3,4-Methylenedioxymethamphetamine (MDMA) modulates cortical and limbic brain activity as measured by [H(2)(15)O]-PET in healthy humans.

[H(2)(15)O]-Positron Emission Tomography (PET) was used to examine regional cerebral blood flow (rCBF) after administration of a single oral dose of the serotonin realeaser and uptake inhibitor MDMA (1.7 mg/kg) or placebo to 16 MDMA-naïve subjects. Psychological changes were assessed by psychometric rating scales.

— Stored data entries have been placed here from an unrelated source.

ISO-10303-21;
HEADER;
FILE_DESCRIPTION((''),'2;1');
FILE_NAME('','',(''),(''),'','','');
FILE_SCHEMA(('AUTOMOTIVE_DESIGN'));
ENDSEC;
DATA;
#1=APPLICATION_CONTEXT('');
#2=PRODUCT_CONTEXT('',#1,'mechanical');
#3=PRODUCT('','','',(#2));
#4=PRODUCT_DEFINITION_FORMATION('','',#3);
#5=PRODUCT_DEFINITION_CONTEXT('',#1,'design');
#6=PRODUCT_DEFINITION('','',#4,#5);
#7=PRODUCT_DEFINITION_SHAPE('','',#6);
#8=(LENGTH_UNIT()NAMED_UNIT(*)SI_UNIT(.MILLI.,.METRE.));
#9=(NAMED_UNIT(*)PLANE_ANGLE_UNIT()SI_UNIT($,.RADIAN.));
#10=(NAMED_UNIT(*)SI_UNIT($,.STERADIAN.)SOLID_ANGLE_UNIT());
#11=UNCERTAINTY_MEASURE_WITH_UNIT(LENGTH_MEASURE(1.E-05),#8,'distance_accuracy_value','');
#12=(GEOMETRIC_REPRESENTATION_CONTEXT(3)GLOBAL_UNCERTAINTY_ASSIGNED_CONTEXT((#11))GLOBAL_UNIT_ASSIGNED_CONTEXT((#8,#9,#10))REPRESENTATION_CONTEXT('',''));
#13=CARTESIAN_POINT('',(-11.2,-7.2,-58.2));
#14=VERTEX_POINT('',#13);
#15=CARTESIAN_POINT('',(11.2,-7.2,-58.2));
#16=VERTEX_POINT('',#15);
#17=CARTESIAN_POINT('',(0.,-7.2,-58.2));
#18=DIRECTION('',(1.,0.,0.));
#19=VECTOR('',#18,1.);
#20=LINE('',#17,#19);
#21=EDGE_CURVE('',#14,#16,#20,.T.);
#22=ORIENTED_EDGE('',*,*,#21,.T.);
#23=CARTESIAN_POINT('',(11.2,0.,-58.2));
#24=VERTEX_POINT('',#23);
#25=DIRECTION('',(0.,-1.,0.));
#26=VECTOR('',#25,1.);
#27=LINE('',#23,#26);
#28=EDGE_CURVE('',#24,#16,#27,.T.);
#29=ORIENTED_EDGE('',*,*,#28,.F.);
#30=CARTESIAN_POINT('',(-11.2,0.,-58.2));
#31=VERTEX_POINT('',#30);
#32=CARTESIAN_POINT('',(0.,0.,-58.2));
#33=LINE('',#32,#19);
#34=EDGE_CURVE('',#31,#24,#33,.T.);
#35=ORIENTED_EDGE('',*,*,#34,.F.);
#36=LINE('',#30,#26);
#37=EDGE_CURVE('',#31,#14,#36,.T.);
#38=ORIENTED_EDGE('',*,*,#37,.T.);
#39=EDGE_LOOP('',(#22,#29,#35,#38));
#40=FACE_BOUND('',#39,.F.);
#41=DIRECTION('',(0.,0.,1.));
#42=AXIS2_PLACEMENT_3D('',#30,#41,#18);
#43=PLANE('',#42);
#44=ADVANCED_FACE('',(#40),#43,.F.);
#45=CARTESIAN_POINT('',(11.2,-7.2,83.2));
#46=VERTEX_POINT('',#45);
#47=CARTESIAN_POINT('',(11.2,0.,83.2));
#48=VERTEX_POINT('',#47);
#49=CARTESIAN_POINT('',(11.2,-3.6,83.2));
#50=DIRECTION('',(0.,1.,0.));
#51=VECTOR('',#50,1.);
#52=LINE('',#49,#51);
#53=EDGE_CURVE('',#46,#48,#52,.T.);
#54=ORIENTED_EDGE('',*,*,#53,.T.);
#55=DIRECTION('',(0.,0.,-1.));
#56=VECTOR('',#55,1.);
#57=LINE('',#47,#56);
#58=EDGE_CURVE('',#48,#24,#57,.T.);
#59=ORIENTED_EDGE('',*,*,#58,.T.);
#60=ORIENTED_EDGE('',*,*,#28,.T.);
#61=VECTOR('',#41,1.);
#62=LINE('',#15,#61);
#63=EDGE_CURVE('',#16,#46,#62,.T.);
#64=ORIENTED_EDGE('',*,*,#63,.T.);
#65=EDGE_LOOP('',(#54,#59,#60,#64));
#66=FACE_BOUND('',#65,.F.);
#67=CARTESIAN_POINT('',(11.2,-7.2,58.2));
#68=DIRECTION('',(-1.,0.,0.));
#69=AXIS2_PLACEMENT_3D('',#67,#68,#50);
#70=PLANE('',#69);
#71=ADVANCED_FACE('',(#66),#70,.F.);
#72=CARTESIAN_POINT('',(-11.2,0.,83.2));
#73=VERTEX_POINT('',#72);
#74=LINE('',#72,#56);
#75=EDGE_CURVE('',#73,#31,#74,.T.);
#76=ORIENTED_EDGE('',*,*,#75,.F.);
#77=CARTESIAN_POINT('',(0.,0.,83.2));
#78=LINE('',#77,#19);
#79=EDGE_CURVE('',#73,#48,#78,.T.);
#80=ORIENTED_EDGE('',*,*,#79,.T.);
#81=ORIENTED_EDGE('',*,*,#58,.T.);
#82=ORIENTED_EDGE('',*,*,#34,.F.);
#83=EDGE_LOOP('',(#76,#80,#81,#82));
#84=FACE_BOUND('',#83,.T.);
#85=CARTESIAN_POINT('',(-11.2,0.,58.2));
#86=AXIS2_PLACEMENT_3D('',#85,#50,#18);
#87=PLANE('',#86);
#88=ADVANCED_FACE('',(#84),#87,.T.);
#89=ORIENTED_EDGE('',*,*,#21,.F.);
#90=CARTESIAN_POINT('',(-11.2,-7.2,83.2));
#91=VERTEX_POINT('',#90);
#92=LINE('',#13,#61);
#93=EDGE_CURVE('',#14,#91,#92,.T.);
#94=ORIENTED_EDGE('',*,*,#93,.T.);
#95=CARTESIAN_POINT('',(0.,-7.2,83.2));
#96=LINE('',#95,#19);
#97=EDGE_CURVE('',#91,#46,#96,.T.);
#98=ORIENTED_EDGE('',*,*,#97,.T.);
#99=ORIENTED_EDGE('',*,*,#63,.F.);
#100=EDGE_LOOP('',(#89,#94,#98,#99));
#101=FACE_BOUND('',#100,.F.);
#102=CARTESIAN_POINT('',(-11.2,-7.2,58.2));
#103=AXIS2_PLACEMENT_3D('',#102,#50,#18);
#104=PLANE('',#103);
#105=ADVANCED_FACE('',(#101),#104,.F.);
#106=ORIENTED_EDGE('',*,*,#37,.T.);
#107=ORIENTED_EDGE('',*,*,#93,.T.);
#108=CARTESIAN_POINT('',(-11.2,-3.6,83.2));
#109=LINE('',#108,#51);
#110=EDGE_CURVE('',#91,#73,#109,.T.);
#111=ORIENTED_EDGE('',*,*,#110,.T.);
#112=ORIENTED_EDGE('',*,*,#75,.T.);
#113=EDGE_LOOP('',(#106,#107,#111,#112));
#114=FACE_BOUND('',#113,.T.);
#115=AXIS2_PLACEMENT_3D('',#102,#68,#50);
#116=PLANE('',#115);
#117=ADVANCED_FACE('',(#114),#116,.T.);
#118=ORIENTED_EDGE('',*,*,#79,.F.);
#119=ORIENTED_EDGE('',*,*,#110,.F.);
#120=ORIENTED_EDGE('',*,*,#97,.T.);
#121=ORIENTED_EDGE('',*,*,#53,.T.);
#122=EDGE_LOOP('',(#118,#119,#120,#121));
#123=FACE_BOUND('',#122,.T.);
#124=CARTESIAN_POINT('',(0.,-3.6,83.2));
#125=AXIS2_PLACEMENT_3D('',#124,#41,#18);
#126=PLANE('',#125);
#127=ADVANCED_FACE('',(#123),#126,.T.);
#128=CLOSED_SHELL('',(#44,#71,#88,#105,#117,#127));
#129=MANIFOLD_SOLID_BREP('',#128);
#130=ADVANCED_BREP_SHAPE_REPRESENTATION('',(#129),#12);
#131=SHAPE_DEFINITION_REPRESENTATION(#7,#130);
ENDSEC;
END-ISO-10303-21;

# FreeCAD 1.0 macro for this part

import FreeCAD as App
import Part
import Sketcher
from FreeCAD import Vector


def add_polygon(sketch, points):
    """Adds a closed chain of lines whose ends are joined by coincident constraints."""
    first, n = sketch.GeometryCount, len(points)
    for a, b in zip(points, points[1:] + points[:1]):
        sketch.addGeometry(Part.LineSegment(App.Vector(*a, 0), App.Vector(*b, 0)), False)
    for i in range(n):
        sketch.addConstraint(Sketcher.Constraint("Coincident", first + i, 2, first + (i + 1) % n, 1))

doc = App.newDocument("Part")
body = doc.addObject("PartDesign::Body", "Body")

# Sketch on XZ plane
sketch1 = body.newObject("Sketcher::SketchObject", "Sketch")
sketch1.AttachmentSupport = (doc.getObject("XZ_Plane"), [""])
sketch1.MapMode = "FlatFace"
add_polygon(sketch1, [(-11.2, 58.2), (-11.2, -58.2), (11.2, -58.2), (11.2, 58.2)])  # lines 0-3
sketch1.addConstraint(Sketcher.Constraint("Vertical", 0))
sketch1.addConstraint(Sketcher.Constraint("Horizontal", 1))
sketch1.addConstraint(Sketcher.Constraint("Vertical", 2))
sketch1.addConstraint(Sketcher.Constraint("Horizontal", 3))
sketch1.addConstraint(Sketcher.Constraint("Symmetric", 0, 2, 2, 2, -1, 1))
sketch1.addConstraint(Sketcher.Constraint("DistanceX", 1, 1, 1, 2, 22.4))
sketch1.addConstraint(Sketcher.Constraint("DistanceY", 0, 2, 0, 1, 116.4))
pad1 = body.newObject("PartDesign::Pad", "Pad")
pad1.Profile = sketch1
pad1.Length = 7.2

# Sketch on XY plane
sketch2 = body.newObject("Sketcher::SketchObject", "Sketch001")
sketch2.AttachmentSupport = (doc.getObject("XY_Plane"), [""])
sketch2.MapMode = "FlatFace"
sketch2.AttachmentOffset = App.Placement(Vector(0, 0, 58.2), App.Rotation())
add_polygon(sketch2, [(-11.2, 0), (-11.2, -7.2), (11.2, -7.2), (11.2, 0)])  # lines 0-3
sketch2.addConstraint(Sketcher.Constraint("Vertical", 0))
sketch2.addConstraint(Sketcher.Constraint("Horizontal", 1))
sketch2.addConstraint(Sketcher.Constraint("Vertical", 2))
sketch2.addConstraint(Sketcher.Constraint("Horizontal", 3))
sketch2.addConstraint(Sketcher.Constraint("Symmetric", 2, 2, 3, 2, -1, 1))
sketch2.addConstraint(Sketcher.Constraint("DistanceX", 1, 1, 1, 2, 22.4))
sketch2.addConstraint(Sketcher.Constraint("DistanceY", 0, 2, 0, 1, 7.2))
pad2 = body.newObject("PartDesign::Pad", "Pad001")
pad2.Profile = sketch2
pad2.Length = 25

doc.recompute()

MDMA produced distributed changes in regional blood flow including increases in ventromedial frontal and occipital cortex, inferior temporal lobe and cerebellum; and decreases in the motor and somatosensory cortex, temporal lobe including left amygdala, cingulate cortex, insula and thalamus. Concomitant with these changes, subjects experienced heightened mood, increased extroversion, slight derealization and mild perceptual alterations. MDMA also produced increases in blood pressure and several side effects such as jaw clenching, lack of appetite and difficulty concentrating. These results indicate that a distributed cluster of brain areas underlie the various effects of MDMA in humans.

Psychological and physiological effects of MDMA ("Ecstasy") after pretreatment with the 5-HT(2) antagonist ketanserin in healthy humans.

MDMA (3,4-methylenedioxymethamphetamine, "Ecstasy") mainly releases serotonin and dopamine. In animals, pretreatment with 5-HT(2) antagonists has been shown to attenuate neurochemical and behavioral effects of MDMA. In humans, the role of 5-HT(2) receptors in the action of MDMA has not been studied. We investigated the effect of pretreatment with the 5-HT(2A/C) antagonist ketanserin (50 mg p.o.) on subjective responses to MDMA (1.5 mg/kg p.o.) in 14 healthy volunteers using a double-blind placebo-controlled within-subject design. Subjective effects were rated by psychometric rating scales. Physiological effects measured were blood pressure, heart rate, and body temperature. Adverse effects were assessed during the sessions, and after one and three days. Ketanserin attenuated MDMA-induced perceptual changes, emotional excitation, and acute adverse responses but had little effect on MDMA-induced positive mood, well-being, extroversion, and short-term sequelae. Body temperature was lower under MDMA plus ketanserin compared to MDMA alone. The results suggest a contributing role for 5-HT(2) receptors in the action of MDMA in humans.